7.12 CHANGE OF OWNERSHIP. Not to cause, permit, or suffer any
change, direct or indirect, in the Borrower's capital ownership in excess of
30%.
7.13 LIENS ON INVENTORY AND ACCOUNTS. Not to create, assume, or
allow any security interest or lien (including judicial liens) on any inventory
or accounts the Borrower now or later owns, except liens and security interests
in favor of the Bank and liens for taxes not yet due.

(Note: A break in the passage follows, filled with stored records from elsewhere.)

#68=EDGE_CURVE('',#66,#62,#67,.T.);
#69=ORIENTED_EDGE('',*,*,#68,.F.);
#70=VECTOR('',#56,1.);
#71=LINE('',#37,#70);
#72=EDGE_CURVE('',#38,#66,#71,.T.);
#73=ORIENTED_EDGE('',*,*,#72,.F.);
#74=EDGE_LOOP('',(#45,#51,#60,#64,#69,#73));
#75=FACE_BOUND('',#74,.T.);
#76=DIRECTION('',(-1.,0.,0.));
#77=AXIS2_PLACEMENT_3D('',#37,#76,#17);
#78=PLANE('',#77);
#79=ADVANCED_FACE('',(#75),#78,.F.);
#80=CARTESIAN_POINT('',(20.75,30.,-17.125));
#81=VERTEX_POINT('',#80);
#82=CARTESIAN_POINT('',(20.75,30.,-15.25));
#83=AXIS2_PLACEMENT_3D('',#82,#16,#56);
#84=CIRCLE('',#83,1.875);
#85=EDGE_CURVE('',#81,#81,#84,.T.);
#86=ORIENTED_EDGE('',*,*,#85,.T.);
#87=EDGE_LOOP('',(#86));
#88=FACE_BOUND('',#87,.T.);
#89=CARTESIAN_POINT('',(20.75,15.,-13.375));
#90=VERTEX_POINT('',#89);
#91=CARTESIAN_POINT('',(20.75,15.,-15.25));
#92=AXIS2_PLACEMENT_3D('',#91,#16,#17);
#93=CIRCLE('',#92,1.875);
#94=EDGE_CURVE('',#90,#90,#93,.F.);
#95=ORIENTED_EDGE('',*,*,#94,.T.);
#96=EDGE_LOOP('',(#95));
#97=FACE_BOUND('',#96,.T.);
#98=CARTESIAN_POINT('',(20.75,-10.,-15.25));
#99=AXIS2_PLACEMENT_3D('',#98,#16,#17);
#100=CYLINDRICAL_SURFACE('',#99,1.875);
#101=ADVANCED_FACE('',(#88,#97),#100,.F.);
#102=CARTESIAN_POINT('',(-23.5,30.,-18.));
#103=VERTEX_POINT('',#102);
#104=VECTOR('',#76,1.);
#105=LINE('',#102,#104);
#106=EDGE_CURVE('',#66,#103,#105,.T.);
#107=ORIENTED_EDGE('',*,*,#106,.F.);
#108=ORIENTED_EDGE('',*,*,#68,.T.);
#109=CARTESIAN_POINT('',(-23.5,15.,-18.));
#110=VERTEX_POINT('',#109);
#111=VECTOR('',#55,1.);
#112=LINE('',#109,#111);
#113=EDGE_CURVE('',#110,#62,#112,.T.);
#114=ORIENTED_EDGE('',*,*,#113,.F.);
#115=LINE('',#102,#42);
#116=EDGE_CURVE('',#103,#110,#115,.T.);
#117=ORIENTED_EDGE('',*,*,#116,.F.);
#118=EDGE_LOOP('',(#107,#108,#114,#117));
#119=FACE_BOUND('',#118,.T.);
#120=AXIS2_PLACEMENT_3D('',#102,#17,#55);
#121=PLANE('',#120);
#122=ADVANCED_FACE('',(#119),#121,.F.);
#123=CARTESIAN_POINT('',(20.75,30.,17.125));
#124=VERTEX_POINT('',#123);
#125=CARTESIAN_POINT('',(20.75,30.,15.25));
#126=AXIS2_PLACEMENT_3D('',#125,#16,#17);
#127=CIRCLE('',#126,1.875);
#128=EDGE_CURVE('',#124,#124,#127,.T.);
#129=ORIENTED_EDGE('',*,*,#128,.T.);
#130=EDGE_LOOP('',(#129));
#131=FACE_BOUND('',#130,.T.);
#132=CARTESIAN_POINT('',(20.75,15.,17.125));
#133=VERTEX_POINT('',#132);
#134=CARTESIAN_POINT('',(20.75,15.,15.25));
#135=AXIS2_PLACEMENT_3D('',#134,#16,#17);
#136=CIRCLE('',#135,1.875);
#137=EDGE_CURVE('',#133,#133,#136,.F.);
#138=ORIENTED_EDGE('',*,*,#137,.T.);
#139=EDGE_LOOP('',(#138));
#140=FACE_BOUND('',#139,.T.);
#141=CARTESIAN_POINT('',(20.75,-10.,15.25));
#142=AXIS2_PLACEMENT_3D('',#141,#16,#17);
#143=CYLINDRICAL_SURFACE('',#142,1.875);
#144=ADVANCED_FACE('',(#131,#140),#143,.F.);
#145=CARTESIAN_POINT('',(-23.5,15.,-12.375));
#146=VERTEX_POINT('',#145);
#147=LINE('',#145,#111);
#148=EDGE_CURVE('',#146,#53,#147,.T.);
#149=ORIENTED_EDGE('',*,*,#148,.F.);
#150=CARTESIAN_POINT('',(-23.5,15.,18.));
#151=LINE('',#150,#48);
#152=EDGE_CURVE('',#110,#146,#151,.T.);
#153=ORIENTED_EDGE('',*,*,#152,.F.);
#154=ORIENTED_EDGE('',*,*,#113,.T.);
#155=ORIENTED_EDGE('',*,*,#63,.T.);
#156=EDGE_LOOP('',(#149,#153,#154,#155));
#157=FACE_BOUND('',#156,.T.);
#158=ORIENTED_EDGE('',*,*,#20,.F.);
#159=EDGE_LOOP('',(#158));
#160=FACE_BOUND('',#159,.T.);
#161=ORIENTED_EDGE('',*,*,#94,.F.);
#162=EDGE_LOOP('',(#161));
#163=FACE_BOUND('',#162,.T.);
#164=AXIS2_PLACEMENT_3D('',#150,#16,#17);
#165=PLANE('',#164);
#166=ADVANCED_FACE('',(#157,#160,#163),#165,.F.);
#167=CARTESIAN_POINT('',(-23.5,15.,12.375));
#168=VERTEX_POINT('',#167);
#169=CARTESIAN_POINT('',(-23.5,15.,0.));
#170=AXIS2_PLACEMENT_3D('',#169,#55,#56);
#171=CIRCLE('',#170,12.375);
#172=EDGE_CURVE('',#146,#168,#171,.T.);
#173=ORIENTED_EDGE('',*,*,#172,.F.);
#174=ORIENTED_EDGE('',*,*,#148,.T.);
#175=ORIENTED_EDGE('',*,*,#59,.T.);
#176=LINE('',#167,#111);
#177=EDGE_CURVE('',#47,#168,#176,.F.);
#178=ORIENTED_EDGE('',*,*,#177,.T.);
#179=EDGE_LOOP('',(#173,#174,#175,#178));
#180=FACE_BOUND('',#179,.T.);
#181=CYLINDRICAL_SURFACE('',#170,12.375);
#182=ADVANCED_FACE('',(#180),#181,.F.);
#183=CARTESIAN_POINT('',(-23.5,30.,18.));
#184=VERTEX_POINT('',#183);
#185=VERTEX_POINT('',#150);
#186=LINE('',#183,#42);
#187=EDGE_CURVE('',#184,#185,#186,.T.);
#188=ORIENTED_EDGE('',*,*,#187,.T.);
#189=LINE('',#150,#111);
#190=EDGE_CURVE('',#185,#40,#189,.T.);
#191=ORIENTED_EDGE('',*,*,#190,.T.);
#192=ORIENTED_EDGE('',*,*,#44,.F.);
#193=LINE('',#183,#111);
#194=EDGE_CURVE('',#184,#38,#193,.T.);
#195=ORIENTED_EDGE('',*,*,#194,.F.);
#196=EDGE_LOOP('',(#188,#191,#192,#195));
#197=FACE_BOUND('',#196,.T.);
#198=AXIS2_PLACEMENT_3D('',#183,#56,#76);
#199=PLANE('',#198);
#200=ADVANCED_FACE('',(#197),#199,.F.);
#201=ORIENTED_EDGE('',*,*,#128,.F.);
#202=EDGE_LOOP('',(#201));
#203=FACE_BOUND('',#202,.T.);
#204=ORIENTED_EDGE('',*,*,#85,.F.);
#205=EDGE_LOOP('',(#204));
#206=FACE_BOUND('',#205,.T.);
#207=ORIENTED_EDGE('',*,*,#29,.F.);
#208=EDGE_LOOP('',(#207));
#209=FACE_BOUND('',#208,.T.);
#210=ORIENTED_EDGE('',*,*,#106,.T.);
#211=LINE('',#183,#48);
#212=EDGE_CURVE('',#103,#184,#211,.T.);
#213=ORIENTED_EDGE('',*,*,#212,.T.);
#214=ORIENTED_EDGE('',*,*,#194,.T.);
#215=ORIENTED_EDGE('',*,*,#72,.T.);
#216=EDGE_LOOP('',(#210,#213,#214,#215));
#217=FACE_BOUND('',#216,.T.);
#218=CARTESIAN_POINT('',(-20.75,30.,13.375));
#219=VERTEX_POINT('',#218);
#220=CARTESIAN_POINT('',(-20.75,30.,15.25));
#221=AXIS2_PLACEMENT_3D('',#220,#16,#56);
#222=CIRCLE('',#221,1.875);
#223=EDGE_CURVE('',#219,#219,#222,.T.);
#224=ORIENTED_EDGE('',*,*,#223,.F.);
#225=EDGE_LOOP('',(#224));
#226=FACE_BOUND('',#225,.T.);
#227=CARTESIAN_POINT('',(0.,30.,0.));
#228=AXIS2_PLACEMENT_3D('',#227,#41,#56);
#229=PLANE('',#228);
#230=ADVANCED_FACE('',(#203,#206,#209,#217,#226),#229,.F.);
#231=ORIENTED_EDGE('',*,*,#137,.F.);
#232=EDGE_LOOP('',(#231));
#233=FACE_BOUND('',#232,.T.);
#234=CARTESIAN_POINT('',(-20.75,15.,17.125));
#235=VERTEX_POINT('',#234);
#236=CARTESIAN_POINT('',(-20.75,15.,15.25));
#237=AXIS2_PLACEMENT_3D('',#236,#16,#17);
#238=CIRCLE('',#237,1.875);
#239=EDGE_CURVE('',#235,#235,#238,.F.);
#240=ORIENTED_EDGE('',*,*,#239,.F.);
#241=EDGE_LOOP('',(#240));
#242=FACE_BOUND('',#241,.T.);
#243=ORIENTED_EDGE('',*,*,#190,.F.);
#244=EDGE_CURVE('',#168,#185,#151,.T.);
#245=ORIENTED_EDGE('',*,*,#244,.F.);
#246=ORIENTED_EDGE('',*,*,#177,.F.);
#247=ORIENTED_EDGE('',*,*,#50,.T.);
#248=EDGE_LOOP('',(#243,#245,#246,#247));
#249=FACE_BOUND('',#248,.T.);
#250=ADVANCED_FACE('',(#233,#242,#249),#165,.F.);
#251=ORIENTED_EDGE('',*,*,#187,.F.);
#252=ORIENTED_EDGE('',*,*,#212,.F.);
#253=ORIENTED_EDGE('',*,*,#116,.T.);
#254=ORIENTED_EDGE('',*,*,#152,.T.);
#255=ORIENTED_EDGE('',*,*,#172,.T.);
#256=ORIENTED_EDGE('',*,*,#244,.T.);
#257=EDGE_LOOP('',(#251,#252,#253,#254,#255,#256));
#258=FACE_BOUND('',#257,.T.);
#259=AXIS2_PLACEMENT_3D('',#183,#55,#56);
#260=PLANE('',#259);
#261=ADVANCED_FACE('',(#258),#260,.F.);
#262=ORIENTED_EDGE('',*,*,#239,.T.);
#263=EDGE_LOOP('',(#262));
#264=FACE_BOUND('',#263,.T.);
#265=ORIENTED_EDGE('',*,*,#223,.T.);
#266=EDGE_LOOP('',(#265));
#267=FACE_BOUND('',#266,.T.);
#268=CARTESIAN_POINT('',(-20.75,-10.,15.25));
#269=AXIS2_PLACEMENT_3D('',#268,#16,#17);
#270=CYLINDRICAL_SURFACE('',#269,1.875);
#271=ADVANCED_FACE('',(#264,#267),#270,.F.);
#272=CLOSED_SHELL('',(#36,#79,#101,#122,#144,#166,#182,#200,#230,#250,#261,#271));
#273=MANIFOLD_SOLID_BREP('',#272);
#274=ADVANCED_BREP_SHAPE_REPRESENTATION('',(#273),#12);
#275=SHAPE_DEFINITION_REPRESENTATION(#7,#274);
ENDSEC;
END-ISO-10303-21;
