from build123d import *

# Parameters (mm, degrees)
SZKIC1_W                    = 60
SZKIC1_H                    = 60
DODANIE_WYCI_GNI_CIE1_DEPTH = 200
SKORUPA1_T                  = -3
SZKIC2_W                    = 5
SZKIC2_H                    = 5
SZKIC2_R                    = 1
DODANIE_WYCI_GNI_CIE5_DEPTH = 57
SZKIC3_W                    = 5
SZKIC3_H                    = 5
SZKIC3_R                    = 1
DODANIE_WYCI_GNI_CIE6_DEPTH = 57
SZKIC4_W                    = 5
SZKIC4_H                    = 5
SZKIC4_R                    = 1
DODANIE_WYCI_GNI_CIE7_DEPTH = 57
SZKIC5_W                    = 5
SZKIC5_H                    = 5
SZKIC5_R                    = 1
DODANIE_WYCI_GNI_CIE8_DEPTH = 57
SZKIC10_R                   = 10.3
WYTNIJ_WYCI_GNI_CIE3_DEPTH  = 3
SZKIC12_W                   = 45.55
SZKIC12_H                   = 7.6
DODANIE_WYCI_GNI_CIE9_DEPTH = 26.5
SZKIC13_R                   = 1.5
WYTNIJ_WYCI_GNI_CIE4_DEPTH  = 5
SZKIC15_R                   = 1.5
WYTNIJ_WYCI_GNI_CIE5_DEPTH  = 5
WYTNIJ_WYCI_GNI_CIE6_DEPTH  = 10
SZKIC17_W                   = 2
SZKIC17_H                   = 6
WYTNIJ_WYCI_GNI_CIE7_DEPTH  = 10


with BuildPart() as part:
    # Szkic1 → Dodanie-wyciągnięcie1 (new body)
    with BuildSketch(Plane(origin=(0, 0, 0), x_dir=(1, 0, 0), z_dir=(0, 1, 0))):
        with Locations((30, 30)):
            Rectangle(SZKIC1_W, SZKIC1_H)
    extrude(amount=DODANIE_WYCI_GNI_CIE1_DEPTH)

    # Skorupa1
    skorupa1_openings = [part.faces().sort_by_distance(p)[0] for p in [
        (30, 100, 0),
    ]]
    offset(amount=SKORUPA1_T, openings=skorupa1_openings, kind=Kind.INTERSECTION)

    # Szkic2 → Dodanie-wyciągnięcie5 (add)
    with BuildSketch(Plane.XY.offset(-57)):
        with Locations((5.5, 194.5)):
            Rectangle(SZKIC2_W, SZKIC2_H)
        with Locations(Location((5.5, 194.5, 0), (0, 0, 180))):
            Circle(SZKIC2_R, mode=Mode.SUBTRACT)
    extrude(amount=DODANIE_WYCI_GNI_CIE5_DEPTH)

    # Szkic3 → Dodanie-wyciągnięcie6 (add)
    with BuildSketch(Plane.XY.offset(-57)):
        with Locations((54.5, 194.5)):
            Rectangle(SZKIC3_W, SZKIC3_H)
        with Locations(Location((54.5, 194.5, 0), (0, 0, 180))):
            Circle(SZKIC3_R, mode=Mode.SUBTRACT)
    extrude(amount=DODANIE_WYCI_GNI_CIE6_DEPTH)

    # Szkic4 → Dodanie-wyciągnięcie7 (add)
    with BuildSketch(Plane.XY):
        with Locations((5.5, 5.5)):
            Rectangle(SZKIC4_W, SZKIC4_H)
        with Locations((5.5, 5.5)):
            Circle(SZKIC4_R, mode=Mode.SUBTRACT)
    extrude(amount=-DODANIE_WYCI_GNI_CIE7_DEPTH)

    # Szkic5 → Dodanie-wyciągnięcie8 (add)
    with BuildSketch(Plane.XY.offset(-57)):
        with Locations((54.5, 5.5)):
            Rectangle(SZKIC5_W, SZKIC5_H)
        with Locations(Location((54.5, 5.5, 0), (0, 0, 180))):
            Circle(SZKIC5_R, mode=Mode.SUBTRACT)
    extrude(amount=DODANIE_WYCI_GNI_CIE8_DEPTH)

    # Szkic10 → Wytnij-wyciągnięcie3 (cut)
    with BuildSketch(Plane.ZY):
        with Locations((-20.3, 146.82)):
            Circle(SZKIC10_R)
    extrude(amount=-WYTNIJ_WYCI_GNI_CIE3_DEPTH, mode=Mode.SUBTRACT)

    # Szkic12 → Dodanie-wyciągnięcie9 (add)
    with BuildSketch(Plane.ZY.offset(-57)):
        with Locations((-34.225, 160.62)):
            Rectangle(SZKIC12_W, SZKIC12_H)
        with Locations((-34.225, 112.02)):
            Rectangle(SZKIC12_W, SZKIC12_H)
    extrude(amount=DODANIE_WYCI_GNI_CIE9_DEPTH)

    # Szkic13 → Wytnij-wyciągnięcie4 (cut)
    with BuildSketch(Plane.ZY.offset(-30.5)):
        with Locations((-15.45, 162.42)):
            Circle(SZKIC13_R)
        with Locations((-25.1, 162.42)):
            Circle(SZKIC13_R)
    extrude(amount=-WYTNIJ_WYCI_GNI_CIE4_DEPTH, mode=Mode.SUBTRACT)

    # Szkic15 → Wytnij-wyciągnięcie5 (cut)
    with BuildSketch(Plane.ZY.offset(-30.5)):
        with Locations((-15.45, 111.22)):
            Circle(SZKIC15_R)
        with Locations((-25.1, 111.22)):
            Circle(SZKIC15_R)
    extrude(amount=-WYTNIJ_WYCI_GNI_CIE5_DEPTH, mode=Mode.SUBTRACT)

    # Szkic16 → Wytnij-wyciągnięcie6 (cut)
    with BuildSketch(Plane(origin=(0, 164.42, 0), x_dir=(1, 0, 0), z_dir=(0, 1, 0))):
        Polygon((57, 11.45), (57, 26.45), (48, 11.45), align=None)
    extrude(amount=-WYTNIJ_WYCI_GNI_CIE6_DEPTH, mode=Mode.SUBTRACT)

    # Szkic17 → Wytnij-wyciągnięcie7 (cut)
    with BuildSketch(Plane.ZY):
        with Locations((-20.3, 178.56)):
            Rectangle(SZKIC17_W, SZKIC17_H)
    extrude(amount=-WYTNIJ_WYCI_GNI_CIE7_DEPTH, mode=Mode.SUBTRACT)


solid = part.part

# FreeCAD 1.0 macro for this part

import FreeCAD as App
import Part
import Sketcher
from FreeCAD import Vector


def faces_at(feature, points):
    """Names of the faces that lie closest to the given points."""
    faces = feature.Shape.Faces
    near = lambda p: min(range(len(faces)), key=lambda i: faces[i].distToShape(Part.Vertex(*p))[0])
    return sorted({f"Face{near(p) + 1}" for p in points})


def add_polygon(sketch, points):
    """Adds a closed chain of lines whose ends are joined by coincident constraints."""
    first, n = sketch.GeometryCount, len(points)
    for a, b in zip(points, points[1:] + points[:1]):
        sketch.addGeometry(Part.LineSegment(App.Vector(*a, 0), App.Vector(*b, 0)), False)
    for i in range(n):
        sketch.addConstraint(Sketcher.Constraint("Coincident", first + i, 2, first + (i + 1) % n, 1))

doc = App.newDocument("Part")
body = doc.addObject("PartDesign::Body", "Body")

# Sketch on XZ plane
sketch1 = body.newObject("Sketcher::SketchObject", "Sketch")
sketch1.AttachmentSupport = (doc.getObject("XZ_Plane"), [""])
sketch1.MapMode = "FlatFace"
add_polygon(sketch1, [(0, -60), (0, 0), (60, 0), (60, -60)])  # lines 0-3
sketch1.addConstraint(Sketcher.Constraint("Vertical", 0))
sketch1.addConstraint(Sketcher.Constraint("Horizontal", 1))
sketch1.addConstraint(Sketcher.Constraint("Vertical", 2))
sketch1.addConstraint(Sketcher.Constraint("Horizontal", 3))
sketch1.addConstraint(Sketcher.Constraint("Coincident", 0, 2, -1, 1))
sketch1.addConstraint(Sketcher.Constraint("Equal", 3, 0))
sketch1.addConstraint(Sketcher.Constraint("DistanceX", 1, 1, 1, 2, 60.0))
pad1 = body.newObject("PartDesign::Pad", "Pad")
pad1.Profile = sketch1
pad1.Length = 200
pad1.Reversed = True
doc.recompute()

thickness = body.newObject("PartDesign::Thickness", "Thickness")
thickness.Base = (pad1, faces_at(pad1, [(30, 100, 0)]))
thickness.Value = 3
thickness.Reversed = True
thickness.Join = "Intersection"

# Sketch on XY plane
sketch2 = body.newObject("Sketcher::SketchObject", "Sketch001")
sketch2.AttachmentSupport = (doc.getObject("XY_Plane"), [""])
sketch2.MapMode = "FlatFace"
sketch2.AttachmentOffset = App.Placement(Vector(0, 0, -57), App.Rotation())
add_polygon(sketch2, [(3, 197), (3, 192), (8, 192), (8, 197)])  # lines 0-3
sketch2.addGeometry(Part.Circle(Vector(5.5, 194.5, 0), Vector(0, 0, 1), 1), False)  # 4
sketch2.addConstraint(Sketcher.Constraint("Vertical", 0))
sketch2.addConstraint(Sketcher.Constraint("Horizontal", 1))
sketch2.addConstraint(Sketcher.Constraint("Vertical", 2))
sketch2.addConstraint(Sketcher.Constraint("Horizontal", 3))
sketch2.addConstraint(Sketcher.Constraint("Equal", 3, 0))
sketch2.addConstraint(Sketcher.Constraint("Diameter", 4, 2.0))
sketch2.addConstraint(Sketcher.Constraint("DistanceX", 1, 1, 1, 2, 5.0))
sketch2.addConstraint(Sketcher.Constraint("DistanceX", -1, 1, 0, 2, 3.0))
sketch2.addConstraint(Sketcher.Constraint("DistanceY", -1, 1, 0, 2, 192.0))
sketch2.addConstraint(Sketcher.Constraint("DistanceX", -1, 1, 4, 3, 5.5))
sketch2.addConstraint(Sketcher.Constraint("DistanceY", -1, 1, 4, 3, 194.5))
pad2 = body.newObject("PartDesign::Pad", "Pad001")
pad2.Profile = sketch2
pad2.Length = 57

8. HAZARDOUS WASTE INDEMNIFICATION
The Borrower will indemnify and hold harmless the Bank from any loss
or liability directly or indirectly arising out of the use, generation,
manufacture, production, storage, release, threatened release, discharge,
disposal or presence of a hazardous substance. This indemnity will apply
whether the hazardous substance is on, under or about the Borrower's property or
operations or property leased to the Borrower. The indemnity includes but is
not limited to attorneys' fees (including the reasonable estimate of the
allocated cost of in-house counsel and staff). The indemnity extends to the
Bank, its parent, subsidiaries and all of their directors, officers, employees,
agents, successors, attorneys and assigns. "Hazardous substances" means any
substance, material or waste that is or becomes designated or regulated as
"toxic," "hazardous," "pollutant," or "contaminant" or a similar designation or
regulation under any federal, state or local law (whether under common law,
statute, regulation or otherwise) or judicial or administrative interpretation
of such, including without limitation petroleum or natural gas. This indemnity
will survive repayment of the Borrower's obligations to the Bank. This
indemnity will not apply to any loss or liability of the Bank arising from the
Bank's own gross negligence or willful misconduct or prior ownership of the
property, or arising from the Bank's credit relationship with the owner of
property leased by the Borrower.
9. DEFAULT
If any of the following events occurs, the Bank may do one or more of
the following: declare the Borrower in default, stop making any additional
credit available to the Borrower, and require the Borrower to repay its entire
debt immediately and without prior notice. If an event of default occurs under
the paragraph entitled "Bankruptcy," below, with respect to the Borrower. then
the entire debt outstanding under this Agreement will automatically be due
immediately.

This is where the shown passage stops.